### Task description
Up to and including the line with "#7=PRODUCT_DEFINITION_SHAPE('','',#6);", restate the records below word for word, beginning with their first line.

== == ==

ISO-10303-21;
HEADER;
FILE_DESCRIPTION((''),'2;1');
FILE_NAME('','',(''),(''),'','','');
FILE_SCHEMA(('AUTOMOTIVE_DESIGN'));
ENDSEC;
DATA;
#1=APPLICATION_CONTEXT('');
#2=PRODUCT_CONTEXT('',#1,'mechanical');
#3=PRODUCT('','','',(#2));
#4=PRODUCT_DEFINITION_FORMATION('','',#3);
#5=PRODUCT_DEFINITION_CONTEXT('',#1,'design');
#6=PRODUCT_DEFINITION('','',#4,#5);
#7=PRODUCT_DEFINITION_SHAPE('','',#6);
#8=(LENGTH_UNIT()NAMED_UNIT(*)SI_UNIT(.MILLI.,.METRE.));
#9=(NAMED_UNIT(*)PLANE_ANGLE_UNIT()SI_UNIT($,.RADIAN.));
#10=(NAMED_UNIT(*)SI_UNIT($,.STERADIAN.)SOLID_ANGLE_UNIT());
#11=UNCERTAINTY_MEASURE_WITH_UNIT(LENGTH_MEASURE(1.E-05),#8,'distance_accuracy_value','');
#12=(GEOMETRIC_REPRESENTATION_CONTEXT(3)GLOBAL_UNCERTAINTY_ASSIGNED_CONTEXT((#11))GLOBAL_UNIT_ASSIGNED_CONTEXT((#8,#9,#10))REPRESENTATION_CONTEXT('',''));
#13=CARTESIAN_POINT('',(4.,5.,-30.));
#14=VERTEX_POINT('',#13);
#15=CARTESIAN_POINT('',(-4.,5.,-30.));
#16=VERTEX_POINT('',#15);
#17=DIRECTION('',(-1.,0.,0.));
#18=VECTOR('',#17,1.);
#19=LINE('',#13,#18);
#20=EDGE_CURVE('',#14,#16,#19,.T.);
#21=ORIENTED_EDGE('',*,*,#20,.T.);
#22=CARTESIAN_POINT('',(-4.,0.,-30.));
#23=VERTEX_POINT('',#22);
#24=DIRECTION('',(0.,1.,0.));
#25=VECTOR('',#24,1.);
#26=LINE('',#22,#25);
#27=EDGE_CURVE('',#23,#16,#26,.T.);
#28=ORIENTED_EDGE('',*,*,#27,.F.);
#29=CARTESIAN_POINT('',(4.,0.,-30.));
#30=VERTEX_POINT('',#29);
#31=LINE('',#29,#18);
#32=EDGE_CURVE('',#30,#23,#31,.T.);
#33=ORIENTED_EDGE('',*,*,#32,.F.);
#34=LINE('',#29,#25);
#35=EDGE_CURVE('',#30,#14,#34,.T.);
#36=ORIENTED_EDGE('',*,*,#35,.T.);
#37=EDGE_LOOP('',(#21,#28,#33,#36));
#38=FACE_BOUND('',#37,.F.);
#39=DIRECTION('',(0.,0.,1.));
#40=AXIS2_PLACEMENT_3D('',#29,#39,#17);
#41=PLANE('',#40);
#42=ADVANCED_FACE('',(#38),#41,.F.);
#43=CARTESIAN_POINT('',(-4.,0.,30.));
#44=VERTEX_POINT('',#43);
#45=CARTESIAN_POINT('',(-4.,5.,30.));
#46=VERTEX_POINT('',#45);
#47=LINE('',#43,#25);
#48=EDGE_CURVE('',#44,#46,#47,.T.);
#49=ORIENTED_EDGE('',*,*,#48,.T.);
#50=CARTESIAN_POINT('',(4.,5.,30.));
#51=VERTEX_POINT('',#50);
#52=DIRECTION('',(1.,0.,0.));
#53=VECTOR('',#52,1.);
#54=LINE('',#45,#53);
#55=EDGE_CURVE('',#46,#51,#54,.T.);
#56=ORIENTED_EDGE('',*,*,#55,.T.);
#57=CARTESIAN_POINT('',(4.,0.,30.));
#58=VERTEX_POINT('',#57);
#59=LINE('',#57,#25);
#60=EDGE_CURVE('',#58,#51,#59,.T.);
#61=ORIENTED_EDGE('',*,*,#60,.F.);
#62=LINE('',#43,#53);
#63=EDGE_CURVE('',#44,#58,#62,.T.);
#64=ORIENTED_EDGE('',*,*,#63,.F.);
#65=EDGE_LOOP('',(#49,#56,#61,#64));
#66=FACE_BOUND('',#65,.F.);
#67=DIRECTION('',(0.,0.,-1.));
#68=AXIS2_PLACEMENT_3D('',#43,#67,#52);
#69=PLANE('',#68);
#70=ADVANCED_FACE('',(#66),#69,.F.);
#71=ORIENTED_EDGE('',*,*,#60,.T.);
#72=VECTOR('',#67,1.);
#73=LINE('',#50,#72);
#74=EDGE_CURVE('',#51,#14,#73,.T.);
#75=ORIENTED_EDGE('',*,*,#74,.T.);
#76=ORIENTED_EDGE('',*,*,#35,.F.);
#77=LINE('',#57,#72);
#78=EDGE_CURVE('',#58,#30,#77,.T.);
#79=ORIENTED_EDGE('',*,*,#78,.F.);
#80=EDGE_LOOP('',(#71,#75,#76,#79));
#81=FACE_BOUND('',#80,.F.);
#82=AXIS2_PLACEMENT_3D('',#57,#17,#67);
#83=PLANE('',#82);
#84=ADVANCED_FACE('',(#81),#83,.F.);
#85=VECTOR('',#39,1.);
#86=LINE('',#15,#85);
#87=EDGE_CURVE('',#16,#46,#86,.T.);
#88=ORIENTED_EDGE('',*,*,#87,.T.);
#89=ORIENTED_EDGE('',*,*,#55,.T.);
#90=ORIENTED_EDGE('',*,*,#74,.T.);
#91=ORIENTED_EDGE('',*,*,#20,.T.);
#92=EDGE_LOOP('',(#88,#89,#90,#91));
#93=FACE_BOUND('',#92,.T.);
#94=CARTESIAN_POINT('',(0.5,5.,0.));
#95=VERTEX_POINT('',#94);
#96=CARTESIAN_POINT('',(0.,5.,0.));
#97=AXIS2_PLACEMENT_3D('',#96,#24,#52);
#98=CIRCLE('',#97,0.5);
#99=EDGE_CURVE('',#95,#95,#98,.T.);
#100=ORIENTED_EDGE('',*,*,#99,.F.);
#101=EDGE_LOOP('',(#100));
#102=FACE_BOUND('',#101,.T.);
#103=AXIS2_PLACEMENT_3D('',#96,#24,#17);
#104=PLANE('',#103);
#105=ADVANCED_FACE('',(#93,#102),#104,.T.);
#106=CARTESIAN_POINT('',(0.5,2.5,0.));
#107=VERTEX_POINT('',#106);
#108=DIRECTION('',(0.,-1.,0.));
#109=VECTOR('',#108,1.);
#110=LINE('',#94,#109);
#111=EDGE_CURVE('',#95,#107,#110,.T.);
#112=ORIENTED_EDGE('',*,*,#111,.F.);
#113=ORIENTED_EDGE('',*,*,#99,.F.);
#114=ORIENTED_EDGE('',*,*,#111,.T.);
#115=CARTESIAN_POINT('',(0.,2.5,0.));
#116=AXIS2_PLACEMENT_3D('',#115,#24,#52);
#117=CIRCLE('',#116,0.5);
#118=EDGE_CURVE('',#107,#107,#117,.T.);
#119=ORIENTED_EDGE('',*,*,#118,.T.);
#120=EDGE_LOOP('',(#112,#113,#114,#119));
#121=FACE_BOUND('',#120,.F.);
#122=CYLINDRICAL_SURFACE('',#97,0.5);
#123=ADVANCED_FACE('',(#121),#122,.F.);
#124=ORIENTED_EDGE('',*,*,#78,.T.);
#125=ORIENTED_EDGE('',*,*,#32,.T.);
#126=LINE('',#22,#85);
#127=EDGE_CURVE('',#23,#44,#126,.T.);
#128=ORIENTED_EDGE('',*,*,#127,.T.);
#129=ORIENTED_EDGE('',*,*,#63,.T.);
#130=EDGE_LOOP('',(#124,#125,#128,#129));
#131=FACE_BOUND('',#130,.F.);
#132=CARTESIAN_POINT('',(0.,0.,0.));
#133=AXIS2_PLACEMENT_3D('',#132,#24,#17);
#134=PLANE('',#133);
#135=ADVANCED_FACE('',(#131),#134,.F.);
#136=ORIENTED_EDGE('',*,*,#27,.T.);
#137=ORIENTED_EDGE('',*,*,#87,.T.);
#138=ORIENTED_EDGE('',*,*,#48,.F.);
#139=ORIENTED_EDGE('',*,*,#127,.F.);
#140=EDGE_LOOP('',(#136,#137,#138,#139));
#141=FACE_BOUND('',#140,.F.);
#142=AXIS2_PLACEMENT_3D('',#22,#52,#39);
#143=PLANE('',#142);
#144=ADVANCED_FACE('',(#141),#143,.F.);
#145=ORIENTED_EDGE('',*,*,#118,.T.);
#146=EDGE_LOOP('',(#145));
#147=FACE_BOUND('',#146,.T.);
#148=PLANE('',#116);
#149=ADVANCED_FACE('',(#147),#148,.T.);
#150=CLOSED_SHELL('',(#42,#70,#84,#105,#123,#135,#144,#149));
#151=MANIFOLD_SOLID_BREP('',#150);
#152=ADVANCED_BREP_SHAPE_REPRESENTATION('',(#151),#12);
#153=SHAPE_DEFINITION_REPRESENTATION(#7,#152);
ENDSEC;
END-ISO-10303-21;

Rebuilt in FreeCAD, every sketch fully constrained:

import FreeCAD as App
import Part
import Sketcher

V = App.Vector
Q = App.Units.Quantity

doc = App.newDocument("Part")
body = doc.addObject("PartDesign::Body", "Body")

# Sketch on XZ plane
sketch1 = body.newObject("Sketcher::SketchObject", "Sketch")
sketch1.AttachmentSupport = (doc.getObject("XZ_Plane"), [""])
sketch1.MapMode = "FlatFace"
sketch1.addGeometry([
    Part.LineSegment(V(-4, -30, 0), V(-4, 30, 0)),
    Part.LineSegment(V(-4, 30, 0), V(4, 30, 0)),
    Part.LineSegment(V(4, 30, 0), V(4, -30, 0)),
    Part.LineSegment(V(4, -30, 0), V(-4, -30, 0)),
], False)
sketch1.addConstraint([
    Sketcher.Constraint("Coincident", 0, 2, 1, 1),
    Sketcher.Constraint("Coincident", 1, 2, 2, 1),
    Sketcher.Constraint("Coincident", 2, 2, 3, 1),
    Sketcher.Constraint("Coincident", 3, 2, 0, 1),
    Sketcher.Constraint("Vertical", 0),
    Sketcher.Constraint("Horizontal", 1),
    Sketcher.Constraint("Vertical", 2),
    Sketcher.Constraint("Horizontal", 3),
    Sketcher.Constraint("Symmetric", 0, 2, 2, 2, -1, 1),
    Sketcher.Constraint("DistanceX", 1, 1, 1, 2, Q("8 mm")),
    Sketcher.Constraint("DistanceY", 0, 1, 0, 2, Q("60 mm")),
])
pad1 = body.newObject("PartDesign::Pad", "Pad")
pad1.Profile = sketch1
pad1.Length = 5
pad1.Reversed = True

# Sketch on XZ plane
sketch2 = body.newObject("Sketcher::SketchObject", "Sketch001")
sketch2.AttachmentSupport = (doc.getObject("XZ_Plane"), [""])
sketch2.MapMode = "FlatFace"
sketch2.AttachmentOffset = App.Placement(V(0, 0, -5), App.Rotation())
sketch2.addGeometry(Part.Circle(V(0, 0, 0), V(0, 0, 1), 0.5), False)
sketch2.addConstraint([
    Sketcher.Constraint("Coincident", 0, 3, -1, 1),
    Sketcher.Constraint("Diameter", 0, Q("1 mm")),
])
pocket1 = body.newObject("PartDesign::Pocket", "Pocket")
pocket1.Profile = sketch2
pocket1.Length = 2.5
pocket1.Reversed = True

doc.recompute()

== == ==

### Finished exercise
ISO-10303-21;
HEADER;
FILE_DESCRIPTION((''),'2;1');
FILE_NAME('','',(''),(''),'','','');
FILE_SCHEMA(('AUTOMOTIVE_DESIGN'));
ENDSEC;
DATA;
#1=APPLICATION_CONTEXT('');
#2=PRODUCT_CONTEXT('',#1,'mechanical');
#3=PRODUCT('','','',(#2));
#4=PRODUCT_DEFINITION_FORMATION('','',#3);
#5=PRODUCT_DEFINITION_CONTEXT('',#1,'design');
#6=PRODUCT_DEFINITION('','',#4,#5);
#7=PRODUCT_DEFINITION_SHAPE('','',#6);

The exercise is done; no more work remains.